Problem details → Here are the records. Write out exactly the lines between the one holding "e15 v14 v14" and the one holding "e25 v10 v18 LINE", inclusive.

Input data →
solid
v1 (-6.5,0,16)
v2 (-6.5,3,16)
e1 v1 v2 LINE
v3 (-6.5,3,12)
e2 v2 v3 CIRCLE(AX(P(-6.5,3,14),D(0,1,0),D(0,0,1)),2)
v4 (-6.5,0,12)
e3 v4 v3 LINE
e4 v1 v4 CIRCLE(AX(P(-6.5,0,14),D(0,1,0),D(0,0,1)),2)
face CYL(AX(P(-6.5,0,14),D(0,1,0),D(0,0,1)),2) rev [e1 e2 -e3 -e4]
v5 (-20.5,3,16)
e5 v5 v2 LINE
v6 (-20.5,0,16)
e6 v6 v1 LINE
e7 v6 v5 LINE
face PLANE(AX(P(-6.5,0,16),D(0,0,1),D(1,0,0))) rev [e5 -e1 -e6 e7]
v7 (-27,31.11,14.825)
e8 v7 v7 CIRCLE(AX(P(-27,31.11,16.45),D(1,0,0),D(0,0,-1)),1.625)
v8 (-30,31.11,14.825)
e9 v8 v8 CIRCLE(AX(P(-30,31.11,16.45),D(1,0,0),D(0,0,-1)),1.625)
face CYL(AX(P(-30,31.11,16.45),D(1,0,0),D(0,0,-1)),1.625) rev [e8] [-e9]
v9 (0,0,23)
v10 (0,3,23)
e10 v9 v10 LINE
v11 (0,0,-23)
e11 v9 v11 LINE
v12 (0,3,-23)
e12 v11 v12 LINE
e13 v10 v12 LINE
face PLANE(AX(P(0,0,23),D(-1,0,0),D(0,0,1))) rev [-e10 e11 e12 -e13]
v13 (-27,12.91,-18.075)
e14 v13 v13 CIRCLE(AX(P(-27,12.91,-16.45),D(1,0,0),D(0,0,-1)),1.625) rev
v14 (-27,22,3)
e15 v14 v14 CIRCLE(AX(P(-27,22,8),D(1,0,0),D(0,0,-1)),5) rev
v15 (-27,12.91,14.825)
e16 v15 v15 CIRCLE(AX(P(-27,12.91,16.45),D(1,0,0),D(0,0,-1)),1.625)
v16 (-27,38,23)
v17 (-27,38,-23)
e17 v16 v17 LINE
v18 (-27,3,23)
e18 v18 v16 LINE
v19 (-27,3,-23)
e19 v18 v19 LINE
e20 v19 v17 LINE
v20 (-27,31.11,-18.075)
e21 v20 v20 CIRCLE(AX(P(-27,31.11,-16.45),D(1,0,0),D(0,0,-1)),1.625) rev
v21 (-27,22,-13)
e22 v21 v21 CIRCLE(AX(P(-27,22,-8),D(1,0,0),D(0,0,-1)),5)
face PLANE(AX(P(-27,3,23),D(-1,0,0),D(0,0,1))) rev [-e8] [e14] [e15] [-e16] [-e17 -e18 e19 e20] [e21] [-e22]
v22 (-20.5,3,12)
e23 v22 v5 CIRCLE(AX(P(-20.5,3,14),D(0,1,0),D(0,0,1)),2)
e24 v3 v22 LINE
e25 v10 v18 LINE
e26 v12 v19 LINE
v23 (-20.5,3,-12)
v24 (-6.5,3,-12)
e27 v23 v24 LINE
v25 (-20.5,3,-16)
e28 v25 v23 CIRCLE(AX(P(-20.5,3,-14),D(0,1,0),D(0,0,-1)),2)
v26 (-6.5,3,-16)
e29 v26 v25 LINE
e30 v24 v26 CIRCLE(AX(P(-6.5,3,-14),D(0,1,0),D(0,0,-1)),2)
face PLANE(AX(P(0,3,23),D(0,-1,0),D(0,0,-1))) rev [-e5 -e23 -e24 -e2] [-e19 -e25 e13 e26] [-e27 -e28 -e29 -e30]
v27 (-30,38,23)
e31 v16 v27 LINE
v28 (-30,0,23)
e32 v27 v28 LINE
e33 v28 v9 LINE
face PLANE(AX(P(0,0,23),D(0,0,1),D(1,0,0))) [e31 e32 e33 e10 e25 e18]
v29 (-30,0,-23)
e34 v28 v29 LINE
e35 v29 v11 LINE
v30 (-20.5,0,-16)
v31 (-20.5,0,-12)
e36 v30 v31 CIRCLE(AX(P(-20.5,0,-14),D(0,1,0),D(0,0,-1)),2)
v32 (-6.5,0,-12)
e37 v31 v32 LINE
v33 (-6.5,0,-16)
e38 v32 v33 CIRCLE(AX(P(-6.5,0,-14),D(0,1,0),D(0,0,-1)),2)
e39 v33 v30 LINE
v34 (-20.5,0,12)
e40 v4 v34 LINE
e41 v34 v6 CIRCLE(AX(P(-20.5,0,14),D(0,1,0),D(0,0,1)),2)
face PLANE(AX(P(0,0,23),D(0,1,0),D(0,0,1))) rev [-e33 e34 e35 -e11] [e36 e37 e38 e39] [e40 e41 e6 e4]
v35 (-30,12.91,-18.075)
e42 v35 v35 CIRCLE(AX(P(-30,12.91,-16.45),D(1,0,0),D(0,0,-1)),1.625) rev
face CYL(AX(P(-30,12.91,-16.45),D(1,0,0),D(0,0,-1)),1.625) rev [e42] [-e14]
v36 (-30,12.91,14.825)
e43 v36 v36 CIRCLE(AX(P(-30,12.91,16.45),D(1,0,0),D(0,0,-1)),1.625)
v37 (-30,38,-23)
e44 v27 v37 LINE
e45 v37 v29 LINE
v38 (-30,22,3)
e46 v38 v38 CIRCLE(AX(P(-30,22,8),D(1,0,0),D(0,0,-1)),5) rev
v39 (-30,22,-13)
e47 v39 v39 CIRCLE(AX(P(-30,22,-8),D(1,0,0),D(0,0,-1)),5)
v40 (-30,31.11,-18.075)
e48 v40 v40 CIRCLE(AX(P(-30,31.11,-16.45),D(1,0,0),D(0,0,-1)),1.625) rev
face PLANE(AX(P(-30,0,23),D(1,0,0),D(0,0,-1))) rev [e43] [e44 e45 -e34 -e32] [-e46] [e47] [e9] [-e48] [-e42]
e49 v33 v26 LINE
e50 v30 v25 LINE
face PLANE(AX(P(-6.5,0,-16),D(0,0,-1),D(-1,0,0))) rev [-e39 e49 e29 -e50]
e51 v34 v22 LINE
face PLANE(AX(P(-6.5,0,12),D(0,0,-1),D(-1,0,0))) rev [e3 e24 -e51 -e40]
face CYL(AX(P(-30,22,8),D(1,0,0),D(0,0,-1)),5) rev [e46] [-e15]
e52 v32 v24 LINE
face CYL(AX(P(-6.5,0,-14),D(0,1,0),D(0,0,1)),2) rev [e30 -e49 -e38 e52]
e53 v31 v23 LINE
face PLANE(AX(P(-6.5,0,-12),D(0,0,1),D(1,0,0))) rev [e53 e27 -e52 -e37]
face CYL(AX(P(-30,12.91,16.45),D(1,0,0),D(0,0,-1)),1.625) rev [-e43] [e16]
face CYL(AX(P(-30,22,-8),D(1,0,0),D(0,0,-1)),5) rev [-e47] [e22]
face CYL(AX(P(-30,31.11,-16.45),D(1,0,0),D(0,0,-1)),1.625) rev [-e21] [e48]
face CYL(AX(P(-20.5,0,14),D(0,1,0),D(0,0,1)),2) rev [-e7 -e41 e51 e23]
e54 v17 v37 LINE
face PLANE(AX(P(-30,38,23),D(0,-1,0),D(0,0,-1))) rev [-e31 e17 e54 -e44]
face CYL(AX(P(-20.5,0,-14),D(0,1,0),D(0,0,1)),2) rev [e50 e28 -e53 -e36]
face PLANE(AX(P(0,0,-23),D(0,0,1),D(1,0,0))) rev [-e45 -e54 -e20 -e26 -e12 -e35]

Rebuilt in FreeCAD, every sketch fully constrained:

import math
import FreeCAD as App
import Part
import Sketcher

doc = App.newDocument("Part")
body = doc.addObject("PartDesign::Body", "Body")

sketch1 = doc.addObject("Sketcher::SketchObject", "Sketch")
body.addObject(sketch1)
sketch1.AttachmentSupport = (doc.XY_Plane, [""])
sketch1.MapMode = "FlatFace"
sketch1.addGeometry(Part.LineSegment(App.Vector(-30, 0, 0), App.Vector(0, 0, 0)), False)
sketch1.addGeometry(Part.LineSegment(App.Vector(0, 0, 0), App.Vector(0, 3, 0)), False)
sketch1.addGeometry(Part.LineSegment(App.Vector(0, 3, 0), App.Vector(-27, 3, 0)), False)
sketch1.addGeometry(Part.LineSegment(App.Vector(-27, 3, 0), App.Vector(-27, 38, 0)), False)
sketch1.addGeometry(Part.LineSegment(App.Vector(-27, 38, 0), App.Vector(-30, 38, 0)), False)
sketch1.addGeometry(Part.LineSegment(App.Vector(-30, 38, 0), App.Vector(-30, 0, 0)), False)
sketch1.addConstraint(Sketcher.Constraint("Coincident", 0, 2, 1, 1))
sketch1.addConstraint(Sketcher.Constraint("Coincident", 1, 2, 2, 1))
sketch1.addConstraint(Sketcher.Constraint("Coincident", 2, 2, 3, 1))
sketch1.addConstraint(Sketcher.Constraint("Coincident", 3, 2, 4, 1))
sketch1.addConstraint(Sketcher.Constraint("Coincident", 4, 2, 5, 1))
sketch1.addConstraint(Sketcher.Constraint("Coincident", 5, 2, 0, 1))
sketch1.addConstraint(Sketcher.Constraint("Horizontal", 0))
sketch1.addConstraint(Sketcher.Constraint("Vertical", 1))
sketch1.addConstraint(Sketcher.Constraint("Horizontal", 2))
sketch1.addConstraint(Sketcher.Constraint("Vertical", 3))
sketch1.addConstraint(Sketcher.Constraint("Horizontal", 4))
sketch1.addConstraint(Sketcher.Constraint("Vertical", 5))
sketch1.addConstraint(Sketcher.Constraint("Coincident", 0, 2, -1, 1))
sketch1.addConstraint(Sketcher.Constraint("Equal", 4, 1))
sketch1.addConstraint(Sketcher.Constraint("DistanceX", 0, 1, 0, 2, 30.0))
sketch1.addConstraint(Sketcher.Constraint("DistanceX", 2, 2, 2, 1, 27.0))
sketch1.addConstraint(Sketcher.Constraint("DistanceY", 3, 1, 3, 2, 35.0))
pad1 = doc.addObject("PartDesign::Pad", "Pad")
body.addObject(pad1)
pad1.Profile = sketch1
pad1.Length = 46
pad1.Midplane = True

sketch2 = doc.addObject("Sketcher::SketchObject", "Sketch001")
body.addObject(sketch2)
sketch2.AttachmentSupport = (doc.XZ_Plane, [""])
sketch2.MapMode = "FlatFace"
sketch2.AttachmentOffset = App.Placement(App.Vector(0, 0, -3), App.Rotation())
sketch2.addGeometry(Part.LineSegment(App.Vector(-20.5, 16, 0), App.Vector(-6.5, 16, 0)), False)
sketch2.addGeometry(Part.ArcOfCircle(Part.Circle(App.Vector(-6.5, 14, 0), App.Vector(0, 0, 1), 2), math.radians(-90), math.radians(90)), False)
sketch2.addGeometry(Part.LineSegment(App.Vector(-6.5, 12, 0), App.Vector(-20.5, 12, 0)), False)
sketch2.addGeometry(Part.ArcOfCircle(Part.Circle(App.Vector(-20.5, 14, 0), App.Vector(0, 0, 1), 2), math.radians(90), math.radians(270)), False)
sketch2.addGeometry(Part.LineSegment(App.Vector(-6.5, -16, 0), App.Vector(-20.5, -16, 0)), False)
sketch2.addGeometry(Part.ArcOfCircle(Part.Circle(App.Vector(-20.5, -14, 0), App.Vector(0, 0, 1), 2), math.radians(90), math.radians(270)), False)
sketch2.addGeometry(Part.LineSegment(App.Vector(-20.5, -12, 0), App.Vector(-6.5, -12, 0)), False)
sketch2.addGeometry(Part.ArcOfCircle(Part.Circle(App.Vector(-6.5, -14, 0), App.Vector(0, 0, 1), 2), math.radians(-90), math.radians(90)), False)
sketch2.addConstraint(Sketcher.Constraint("Tangent", 0, 2, 1, 2))
sketch2.addConstraint(Sketcher.Constraint("Tangent", 1, 1, 2, 1))
sketch2.addConstraint(Sketcher.Constraint("Tangent", 2, 2, 3, 2))
sketch2.addConstraint(Sketcher.Constraint("Tangent", 3, 1, 0, 1))
sketch2.addConstraint(Sketcher.Constraint("Tangent", 4, 2, 5, 2))
sketch2.addConstraint(Sketcher.Constraint("Tangent", 5, 1, 6, 1))
sketch2.addConstraint(Sketcher.Constraint("Tangent", 6, 2, 7, 2))
sketch2.addConstraint(Sketcher.Constraint("Tangent", 7, 1, 4, 1))
sketch2.addConstraint(Sketcher.Constraint("Horizontal", 0))
sketch2.addConstraint(Sketcher.Constraint("Horizontal", 2))
sketch2.addConstraint(Sketcher.Constraint("Horizontal", 4))
sketch2.addConstraint(Sketcher.Constraint("Horizontal", 6))
sketch2.addConstraint(Sketcher.Constraint("Equal", 3, 5))
sketch2.addConstraint(Sketcher.Constraint("Symmetric", 3, 3, 5, 3, -1))
sketch2.addConstraint(Sketcher.Constraint("Vertical", 1, 3, 7, 3))
sketch2.addConstraint(Sketcher.Constraint("Radius", 1, 2.0))
sketch2.addConstraint(Sketcher.Constraint("DistanceX", 0, 1, 0, 2, 14.0))
sketch2.addConstraint(Sketcher.Constraint("DistanceY", -1, 1, 1, 3, 14.0))
sketch2.addConstraint(Sketcher.Constraint("DistanceX", 1, 3, -1, 1, 6.5))
pocket1 = doc.addObject("PartDesign::Pocket", "Pocket")
body.addObject(pocket1)
pocket1.Profile = sketch2
pocket1.Type = "ThroughAll"
pocket1.Reversed = True

sketch3 = doc.addObject("Sketcher::SketchObject", "Sketch002")
body.addObject(sketch3)
sketch3.AttachmentSupport = (doc.YZ_Plane, [""])
sketch3.MapMode = "FlatFace"
sketch3.AttachmentOffset = App.Placement(App.Vector(0, 0, -27), App.Rotation())
sketch3.addGeometry(Part.Circle(App.Vector(31.11, 16.45, 0), App.Vector(0, 0, 1), 1.625), False)
sketch3.addGeometry(Part.Circle(App.Vector(22, 8, 0), App.Vector(0, 0, 1), 5), False)
sketch3.addGeometry(Part.Circle(App.Vector(12.91, 16.45, 0), App.Vector(0, 0, 1), 1.625), False)
sketch3.addGeometry(Part.Circle(App.Vector(22, -8, 0), App.Vector(0, 0, 1), 5), False)
sketch3.addGeometry(Part.Circle(App.Vector(31.11, -16.45, 0), App.Vector(0, 0, 1), 1.625), False)
sketch3.addGeometry(Part.Circle(App.Vector(12.91, -16.45, 0), App.Vector(0, 0, 1), 1.625), False)
sketch3.addConstraint(Sketcher.Constraint("Equal", 0, 2))
sketch3.addConstraint(Sketcher.Constraint("Equal", 1, 3))
sketch3.addConstraint(Sketcher.Constraint("Equal", 2, 4))
sketch3.addConstraint(Sketcher.Constraint("Equal", 4, 5))
sketch3.addConstraint(Sketcher.Constraint("Symmetric", 1, 3, 3, 3, -1))
sketch3.addConstraint(Sketcher.Constraint("Symmetric", 0, 3, 4, 3, -1))
sketch3.addConstraint(Sketcher.Constraint("Symmetric", 2, 3, 5, 3, -1))
sketch3.addConstraint(Sketcher.Constraint("Horizontal", 0, 3, 2, 3))
sketch3.addConstraint(Sketcher.Constraint("Diameter", 1, 10.0))
sketch3.addConstraint(Sketcher.Constraint("Diameter", 0, 3.25))
sketch3.addConstraint(Sketcher.Constraint("DistanceX", -1, 1, 1, 3, 22.0))
sketch3.addConstraint(Sketcher.Constraint("DistanceY", -1, 1, 1, 3, 8.0))
sketch3.addConstraint(Sketcher.Constraint("DistanceX", 2, 3, 0, 3, 18.2))
sketch3.addConstraint(Sketcher.Constraint("DistanceY", 4, 3, 0, 3, 32.9))
sketch3.addConstraint(Sketcher.Constraint("DistanceX", -1, 1, 0, 3, 31.11))
pocket2 = doc.addObject("PartDesign::Pocket", "Pocket001")
body.addObject(pocket2)
pocket2.Profile = sketch3
pocket2.Type = "ThroughAll"

doc.recompute()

Problem solution →
e15 v14 v14 CIRCLE(AX(P(-27,22,8),D(1,0,0),D(0,0,-1)),5) rev
v15 (-27,12.91,14.825)
e16 v15 v15 CIRCLE(AX(P(-27,12.91,16.45),D(1,0,0),D(0,0,-1)),1.625)
v16 (-27,38,23)
v17 (-27,38,-23)
e17 v16 v17 LINE
v18 (-27,3,23)
e18 v18 v16 LINE
v19 (-27,3,-23)
e19 v18 v19 LINE
e20 v19 v17 LINE
v20 (-27,31.11,-18.075)
e21 v20 v20 CIRCLE(AX(P(-27,31.11,-16.45),D(1,0,0),D(0,0,-1)),1.625) rev
v21 (-27,22,-13)
e22 v21 v21 CIRCLE(AX(P(-27,22,-8),D(1,0,0),D(0,0,-1)),5)
face PLANE(AX(P(-27,3,23),D(-1,0,0),D(0,0,1))) rev [-e8] [e14] [e15] [-e16] [-e17 -e18 e19 e20] [e21] [-e22]
v22 (-20.5,3,12)
e23 v22 v5 CIRCLE(AX(P(-20.5,3,14),D(0,1,0),D(0,0,1)),2)
e24 v3 v22 LINE
e25 v10 v18 LINE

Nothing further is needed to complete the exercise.